Saturday, July 29, 2006

Does Cafe Noise Strengthen the Brain?

I wrote about Boing Boing the other day, and they send us another good one today. They report on Bart Kosko's new book, Noise, in which he argues that working against background noise can strengthen your mind by making you concentrate more. I am writing this from a café with classical music in the background, and conversation going on around me.

On the other hand, I heard on NPR the other day that kids who try to do homework with the television on do much worse at remembering what they have read. I listened to the NPR story as background to reading the newspaper and eating breakfast. I remember the NPR story. But I couldn't tell you what I read in the paper.

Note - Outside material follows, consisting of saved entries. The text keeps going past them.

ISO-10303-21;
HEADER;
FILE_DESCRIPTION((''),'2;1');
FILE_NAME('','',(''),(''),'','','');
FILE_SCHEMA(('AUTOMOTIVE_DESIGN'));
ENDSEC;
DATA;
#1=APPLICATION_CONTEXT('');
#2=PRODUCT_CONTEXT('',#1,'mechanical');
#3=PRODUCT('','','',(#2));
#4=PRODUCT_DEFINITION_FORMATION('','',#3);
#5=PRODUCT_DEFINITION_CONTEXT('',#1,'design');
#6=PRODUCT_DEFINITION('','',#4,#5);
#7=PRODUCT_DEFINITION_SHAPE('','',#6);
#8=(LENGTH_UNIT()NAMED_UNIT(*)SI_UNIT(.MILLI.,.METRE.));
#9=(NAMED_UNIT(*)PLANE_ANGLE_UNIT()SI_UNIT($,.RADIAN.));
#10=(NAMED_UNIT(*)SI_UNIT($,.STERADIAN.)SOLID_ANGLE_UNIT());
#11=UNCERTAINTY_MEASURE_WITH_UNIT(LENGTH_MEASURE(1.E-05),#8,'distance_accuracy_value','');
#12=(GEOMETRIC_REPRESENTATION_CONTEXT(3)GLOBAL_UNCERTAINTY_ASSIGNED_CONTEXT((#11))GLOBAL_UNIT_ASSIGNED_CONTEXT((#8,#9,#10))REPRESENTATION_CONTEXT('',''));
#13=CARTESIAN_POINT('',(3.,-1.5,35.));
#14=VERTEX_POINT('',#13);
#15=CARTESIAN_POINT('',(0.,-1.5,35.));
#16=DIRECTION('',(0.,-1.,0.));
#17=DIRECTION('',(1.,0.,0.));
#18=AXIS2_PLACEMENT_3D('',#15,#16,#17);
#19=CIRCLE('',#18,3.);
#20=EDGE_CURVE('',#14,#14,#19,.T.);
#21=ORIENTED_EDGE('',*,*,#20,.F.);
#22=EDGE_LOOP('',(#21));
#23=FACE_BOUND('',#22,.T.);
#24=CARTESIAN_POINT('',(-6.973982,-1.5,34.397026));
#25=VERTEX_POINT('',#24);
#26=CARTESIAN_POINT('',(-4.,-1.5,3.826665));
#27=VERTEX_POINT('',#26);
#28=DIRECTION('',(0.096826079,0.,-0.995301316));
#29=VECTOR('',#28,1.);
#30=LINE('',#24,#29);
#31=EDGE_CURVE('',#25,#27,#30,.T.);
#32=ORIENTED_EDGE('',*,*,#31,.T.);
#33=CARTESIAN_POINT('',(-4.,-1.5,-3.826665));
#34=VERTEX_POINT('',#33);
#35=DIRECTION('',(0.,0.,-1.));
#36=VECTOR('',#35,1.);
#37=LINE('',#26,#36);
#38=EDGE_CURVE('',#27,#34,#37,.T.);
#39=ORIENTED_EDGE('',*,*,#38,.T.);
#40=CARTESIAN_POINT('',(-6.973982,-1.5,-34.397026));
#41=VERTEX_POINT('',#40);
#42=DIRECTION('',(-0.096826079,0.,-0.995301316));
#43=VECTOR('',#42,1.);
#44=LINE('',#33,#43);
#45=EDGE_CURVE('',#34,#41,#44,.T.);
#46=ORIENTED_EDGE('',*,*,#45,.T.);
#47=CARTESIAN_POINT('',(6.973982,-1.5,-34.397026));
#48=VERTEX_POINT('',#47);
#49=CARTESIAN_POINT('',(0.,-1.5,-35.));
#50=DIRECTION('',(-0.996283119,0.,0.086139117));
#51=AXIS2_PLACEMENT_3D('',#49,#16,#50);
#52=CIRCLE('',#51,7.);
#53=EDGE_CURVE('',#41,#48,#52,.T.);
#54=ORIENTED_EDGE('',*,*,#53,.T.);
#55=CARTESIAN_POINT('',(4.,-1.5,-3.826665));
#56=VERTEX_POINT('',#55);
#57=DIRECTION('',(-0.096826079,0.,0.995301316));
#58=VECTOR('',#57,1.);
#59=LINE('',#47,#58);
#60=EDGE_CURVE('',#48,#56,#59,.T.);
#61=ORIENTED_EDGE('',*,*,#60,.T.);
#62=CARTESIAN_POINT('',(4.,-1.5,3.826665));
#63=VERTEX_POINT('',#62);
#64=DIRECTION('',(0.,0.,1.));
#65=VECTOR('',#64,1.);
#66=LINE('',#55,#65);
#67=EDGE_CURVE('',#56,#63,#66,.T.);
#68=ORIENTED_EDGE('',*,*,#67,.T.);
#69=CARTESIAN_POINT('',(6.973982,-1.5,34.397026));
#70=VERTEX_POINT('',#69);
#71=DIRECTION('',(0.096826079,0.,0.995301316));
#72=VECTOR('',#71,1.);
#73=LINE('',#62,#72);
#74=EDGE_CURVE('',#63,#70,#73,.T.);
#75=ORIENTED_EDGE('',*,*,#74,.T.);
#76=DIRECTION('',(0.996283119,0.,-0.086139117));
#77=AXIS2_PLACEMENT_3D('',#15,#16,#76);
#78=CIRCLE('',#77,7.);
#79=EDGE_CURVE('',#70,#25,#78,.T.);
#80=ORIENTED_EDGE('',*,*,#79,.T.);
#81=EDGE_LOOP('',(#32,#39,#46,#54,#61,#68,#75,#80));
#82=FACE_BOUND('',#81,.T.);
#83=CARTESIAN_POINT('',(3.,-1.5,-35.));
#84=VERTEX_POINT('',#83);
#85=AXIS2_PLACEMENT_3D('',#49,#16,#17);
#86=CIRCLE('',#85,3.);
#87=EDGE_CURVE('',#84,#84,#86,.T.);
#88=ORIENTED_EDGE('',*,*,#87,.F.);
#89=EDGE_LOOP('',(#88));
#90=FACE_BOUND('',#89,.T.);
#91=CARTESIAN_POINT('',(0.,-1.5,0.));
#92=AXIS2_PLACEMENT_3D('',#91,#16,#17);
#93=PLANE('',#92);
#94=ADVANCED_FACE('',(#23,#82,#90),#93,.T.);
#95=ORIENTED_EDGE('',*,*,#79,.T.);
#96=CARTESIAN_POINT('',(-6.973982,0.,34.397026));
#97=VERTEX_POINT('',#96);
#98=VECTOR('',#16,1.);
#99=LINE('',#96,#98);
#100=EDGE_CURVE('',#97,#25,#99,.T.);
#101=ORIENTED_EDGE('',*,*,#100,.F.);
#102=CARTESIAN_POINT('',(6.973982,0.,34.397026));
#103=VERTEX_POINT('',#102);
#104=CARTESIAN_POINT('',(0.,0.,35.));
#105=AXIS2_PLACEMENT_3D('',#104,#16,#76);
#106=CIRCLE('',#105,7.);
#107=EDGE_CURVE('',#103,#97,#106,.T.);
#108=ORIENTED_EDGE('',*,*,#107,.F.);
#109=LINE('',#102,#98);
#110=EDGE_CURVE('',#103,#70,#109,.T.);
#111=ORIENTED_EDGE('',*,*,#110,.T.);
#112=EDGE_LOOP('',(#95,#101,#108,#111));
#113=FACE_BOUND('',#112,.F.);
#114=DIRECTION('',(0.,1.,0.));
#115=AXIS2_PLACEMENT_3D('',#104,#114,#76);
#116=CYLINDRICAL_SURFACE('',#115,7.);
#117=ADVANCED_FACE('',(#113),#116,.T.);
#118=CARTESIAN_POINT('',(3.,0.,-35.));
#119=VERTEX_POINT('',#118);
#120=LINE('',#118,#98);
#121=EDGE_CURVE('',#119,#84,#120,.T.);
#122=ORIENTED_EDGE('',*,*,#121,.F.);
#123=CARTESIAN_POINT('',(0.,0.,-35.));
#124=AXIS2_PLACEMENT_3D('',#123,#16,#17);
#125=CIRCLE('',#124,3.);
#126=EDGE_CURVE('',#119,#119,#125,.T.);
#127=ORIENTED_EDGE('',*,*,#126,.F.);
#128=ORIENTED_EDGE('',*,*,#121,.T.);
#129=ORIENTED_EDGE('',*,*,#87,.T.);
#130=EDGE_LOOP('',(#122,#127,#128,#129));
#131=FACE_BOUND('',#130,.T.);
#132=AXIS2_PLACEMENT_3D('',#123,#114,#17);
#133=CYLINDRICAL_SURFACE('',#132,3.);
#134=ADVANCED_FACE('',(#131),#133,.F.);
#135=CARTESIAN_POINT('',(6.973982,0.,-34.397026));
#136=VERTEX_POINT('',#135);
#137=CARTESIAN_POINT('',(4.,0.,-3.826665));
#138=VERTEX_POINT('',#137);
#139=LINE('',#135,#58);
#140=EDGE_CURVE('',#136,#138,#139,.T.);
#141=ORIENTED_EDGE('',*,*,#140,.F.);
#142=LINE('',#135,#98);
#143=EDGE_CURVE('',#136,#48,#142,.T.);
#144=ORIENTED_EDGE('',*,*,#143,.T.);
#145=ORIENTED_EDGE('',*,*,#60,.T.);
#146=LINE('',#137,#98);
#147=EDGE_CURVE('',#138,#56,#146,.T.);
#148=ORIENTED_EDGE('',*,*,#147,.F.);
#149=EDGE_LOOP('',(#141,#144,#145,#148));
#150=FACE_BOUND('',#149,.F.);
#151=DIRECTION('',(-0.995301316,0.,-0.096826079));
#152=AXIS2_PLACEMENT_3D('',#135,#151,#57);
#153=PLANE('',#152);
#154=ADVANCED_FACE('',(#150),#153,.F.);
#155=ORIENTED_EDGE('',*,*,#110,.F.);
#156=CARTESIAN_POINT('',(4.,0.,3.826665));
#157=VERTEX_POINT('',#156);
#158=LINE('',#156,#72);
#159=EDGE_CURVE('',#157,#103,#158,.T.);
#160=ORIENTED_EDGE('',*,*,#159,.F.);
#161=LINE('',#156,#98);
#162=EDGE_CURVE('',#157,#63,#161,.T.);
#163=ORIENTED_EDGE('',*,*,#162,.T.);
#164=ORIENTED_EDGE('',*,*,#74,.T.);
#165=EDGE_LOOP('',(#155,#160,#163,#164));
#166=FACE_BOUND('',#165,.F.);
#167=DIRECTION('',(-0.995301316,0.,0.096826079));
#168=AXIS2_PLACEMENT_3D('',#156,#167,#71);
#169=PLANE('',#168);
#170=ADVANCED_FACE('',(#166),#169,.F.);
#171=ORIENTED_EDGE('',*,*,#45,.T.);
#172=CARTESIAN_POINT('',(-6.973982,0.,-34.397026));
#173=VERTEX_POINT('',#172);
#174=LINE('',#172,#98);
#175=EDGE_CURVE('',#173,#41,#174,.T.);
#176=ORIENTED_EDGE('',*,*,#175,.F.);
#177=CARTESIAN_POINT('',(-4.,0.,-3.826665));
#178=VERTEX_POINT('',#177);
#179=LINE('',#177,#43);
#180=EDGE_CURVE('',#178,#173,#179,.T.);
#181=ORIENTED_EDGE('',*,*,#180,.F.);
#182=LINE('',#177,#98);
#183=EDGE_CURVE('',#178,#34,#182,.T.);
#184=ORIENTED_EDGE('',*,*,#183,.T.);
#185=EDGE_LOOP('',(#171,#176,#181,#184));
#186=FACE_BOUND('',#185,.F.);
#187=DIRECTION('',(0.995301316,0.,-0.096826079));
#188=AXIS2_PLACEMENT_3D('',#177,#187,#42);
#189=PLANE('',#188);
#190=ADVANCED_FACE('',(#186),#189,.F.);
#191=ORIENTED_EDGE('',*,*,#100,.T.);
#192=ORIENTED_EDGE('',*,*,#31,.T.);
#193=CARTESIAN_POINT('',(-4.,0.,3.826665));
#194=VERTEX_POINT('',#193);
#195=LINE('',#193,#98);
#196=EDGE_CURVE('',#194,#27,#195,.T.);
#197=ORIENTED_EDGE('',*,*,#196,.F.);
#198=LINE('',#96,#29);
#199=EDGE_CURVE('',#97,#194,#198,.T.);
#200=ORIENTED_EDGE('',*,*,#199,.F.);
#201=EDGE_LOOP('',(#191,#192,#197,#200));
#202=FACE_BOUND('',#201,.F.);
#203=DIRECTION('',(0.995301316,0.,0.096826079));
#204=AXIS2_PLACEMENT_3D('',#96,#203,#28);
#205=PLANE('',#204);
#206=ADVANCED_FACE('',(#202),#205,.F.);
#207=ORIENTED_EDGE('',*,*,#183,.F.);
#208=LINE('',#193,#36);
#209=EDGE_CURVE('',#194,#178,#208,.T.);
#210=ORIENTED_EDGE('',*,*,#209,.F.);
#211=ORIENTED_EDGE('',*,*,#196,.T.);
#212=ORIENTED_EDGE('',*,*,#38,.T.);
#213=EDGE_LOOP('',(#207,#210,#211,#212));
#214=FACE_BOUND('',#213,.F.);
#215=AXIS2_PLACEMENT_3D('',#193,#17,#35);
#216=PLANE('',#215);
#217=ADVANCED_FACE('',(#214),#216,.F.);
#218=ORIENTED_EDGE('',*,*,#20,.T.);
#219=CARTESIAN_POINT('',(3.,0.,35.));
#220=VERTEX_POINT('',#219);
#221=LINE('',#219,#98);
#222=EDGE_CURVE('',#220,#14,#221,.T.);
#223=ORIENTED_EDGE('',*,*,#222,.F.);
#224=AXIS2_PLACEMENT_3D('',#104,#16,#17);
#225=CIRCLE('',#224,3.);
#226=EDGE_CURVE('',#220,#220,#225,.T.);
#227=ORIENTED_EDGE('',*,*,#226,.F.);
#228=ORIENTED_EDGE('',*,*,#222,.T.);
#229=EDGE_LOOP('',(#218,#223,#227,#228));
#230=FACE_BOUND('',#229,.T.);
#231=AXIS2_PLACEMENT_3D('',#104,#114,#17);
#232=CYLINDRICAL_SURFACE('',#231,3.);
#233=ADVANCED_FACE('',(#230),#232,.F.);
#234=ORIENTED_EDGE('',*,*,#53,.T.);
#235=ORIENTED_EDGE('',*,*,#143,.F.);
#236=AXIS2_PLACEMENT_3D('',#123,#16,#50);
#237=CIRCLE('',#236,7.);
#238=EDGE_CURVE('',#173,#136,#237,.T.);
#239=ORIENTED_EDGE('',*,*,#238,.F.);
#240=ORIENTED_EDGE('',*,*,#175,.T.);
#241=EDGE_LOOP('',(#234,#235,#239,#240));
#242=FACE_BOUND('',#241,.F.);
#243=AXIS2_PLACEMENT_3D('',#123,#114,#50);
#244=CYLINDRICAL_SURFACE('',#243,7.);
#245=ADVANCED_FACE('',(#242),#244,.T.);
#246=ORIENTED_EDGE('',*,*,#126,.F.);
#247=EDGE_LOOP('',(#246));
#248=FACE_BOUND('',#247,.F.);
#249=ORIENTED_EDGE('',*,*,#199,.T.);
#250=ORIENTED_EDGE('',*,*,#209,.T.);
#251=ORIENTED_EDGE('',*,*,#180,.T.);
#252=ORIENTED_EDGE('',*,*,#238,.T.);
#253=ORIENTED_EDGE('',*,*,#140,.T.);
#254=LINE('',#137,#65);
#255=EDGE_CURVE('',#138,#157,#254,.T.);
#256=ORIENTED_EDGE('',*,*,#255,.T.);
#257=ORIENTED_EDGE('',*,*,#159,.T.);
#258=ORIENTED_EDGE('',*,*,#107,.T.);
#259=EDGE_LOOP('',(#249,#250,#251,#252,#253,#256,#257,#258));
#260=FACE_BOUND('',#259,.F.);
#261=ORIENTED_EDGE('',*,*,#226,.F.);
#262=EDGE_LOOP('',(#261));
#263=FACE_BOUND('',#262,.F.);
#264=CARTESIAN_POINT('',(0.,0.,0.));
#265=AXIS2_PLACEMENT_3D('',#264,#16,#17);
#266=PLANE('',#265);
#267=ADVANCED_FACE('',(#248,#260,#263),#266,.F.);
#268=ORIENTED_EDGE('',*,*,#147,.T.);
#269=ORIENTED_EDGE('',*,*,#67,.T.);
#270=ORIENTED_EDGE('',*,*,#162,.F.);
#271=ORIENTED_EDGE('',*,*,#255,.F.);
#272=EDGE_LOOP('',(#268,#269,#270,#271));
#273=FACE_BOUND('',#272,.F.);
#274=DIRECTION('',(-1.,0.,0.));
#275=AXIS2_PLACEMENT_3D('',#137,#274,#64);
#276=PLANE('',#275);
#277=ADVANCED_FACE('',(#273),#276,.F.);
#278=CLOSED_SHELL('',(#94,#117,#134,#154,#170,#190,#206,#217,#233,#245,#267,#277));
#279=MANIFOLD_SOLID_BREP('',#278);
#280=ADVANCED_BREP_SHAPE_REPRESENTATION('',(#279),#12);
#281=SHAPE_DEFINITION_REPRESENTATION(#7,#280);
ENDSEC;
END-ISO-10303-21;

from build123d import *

# Parameters (mm, degrees)
F0_R     = 3
F1_DEPTH = 1.5


with BuildPart() as f1:
    # F0 (on Front) → F1 (new body)
    with BuildSketch(Plane.XZ):
        with BuildLine():
            Line((4, 3.826665), (6.973982, 34.397026))
            ThreePointArc((6.973982, 34.397026), (0, 42), (-6.973982, 34.397026))
            Line((-6.973982, 34.397026), (-4, 3.826665))
            Line((-4, 3.826665), (-4, 0))
            Line((-4, 0), (-4, -3.826665))
            Line((-4, -3.826665), (-6.973982, -34.397026))
            ThreePointArc((-6.973982, -34.397026), (0, -42), (6.973982, -34.397026))
            Line((6.973982, -34.397026), (4, -3.826665))
            Line((4, -3.826665), (4, 0))
            Line((4, 0), (4, 3.826665))
        make_face()
        with Locations((0, -35)):
            Circle(F0_R, mode=Mode.SUBTRACT)
        with Locations((0, 35)):
            Circle(F0_R, mode=Mode.SUBTRACT)
    extrude(amount=F1_DEPTH)


solid = f1.part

I find that I like café noise for reading and writing. I do not like television or music with words, though – it is too hard for me not to pay attention to the meaning of the words.

Of course, I am often surprised at how often people tell me about songs they really like, but they can't tell me what the words are. Sometimes they have even memorized the words enough to sing them, but have never really thought about what they mean.

So maybe I am weird. Or maybe this is another knowledge class culture detail. Cafés yes; t.v. no.

5 comments:

Mark Smith said...

I'd rather work with headphones on at work with my favorite music (iPod on random shuffle) rather than hear my co-workers.

My co-workers distract me. The music relaxes me. The music makes me more efficient than silence.

Gruntled said...

How do you concentrate on the words of your work, and not engage with the words of the songs? What part of the music are you listening to? Does it work because your shuffler only contains songs you already know?

Mark Smith said...

Um... I don't know?

Maybe it's because I grew up with lots of distractions - TV, radio on all the time, etc. I used to do homework with the stereo on.

Never had a problem tuning things out. I think it's a matter of background noise. Individual voices talking about subjects that are close to what I'm working on or what's important to me distract me. Music that has nothing to do with it is a pleasant alternative.

Gruntled said...

There may be something deep about how the brain works that I don't get here.

Mark Smith said...

Or my brain doesn't work like everybody else's.

Although most of my under-50 IT colleagues do the same thing.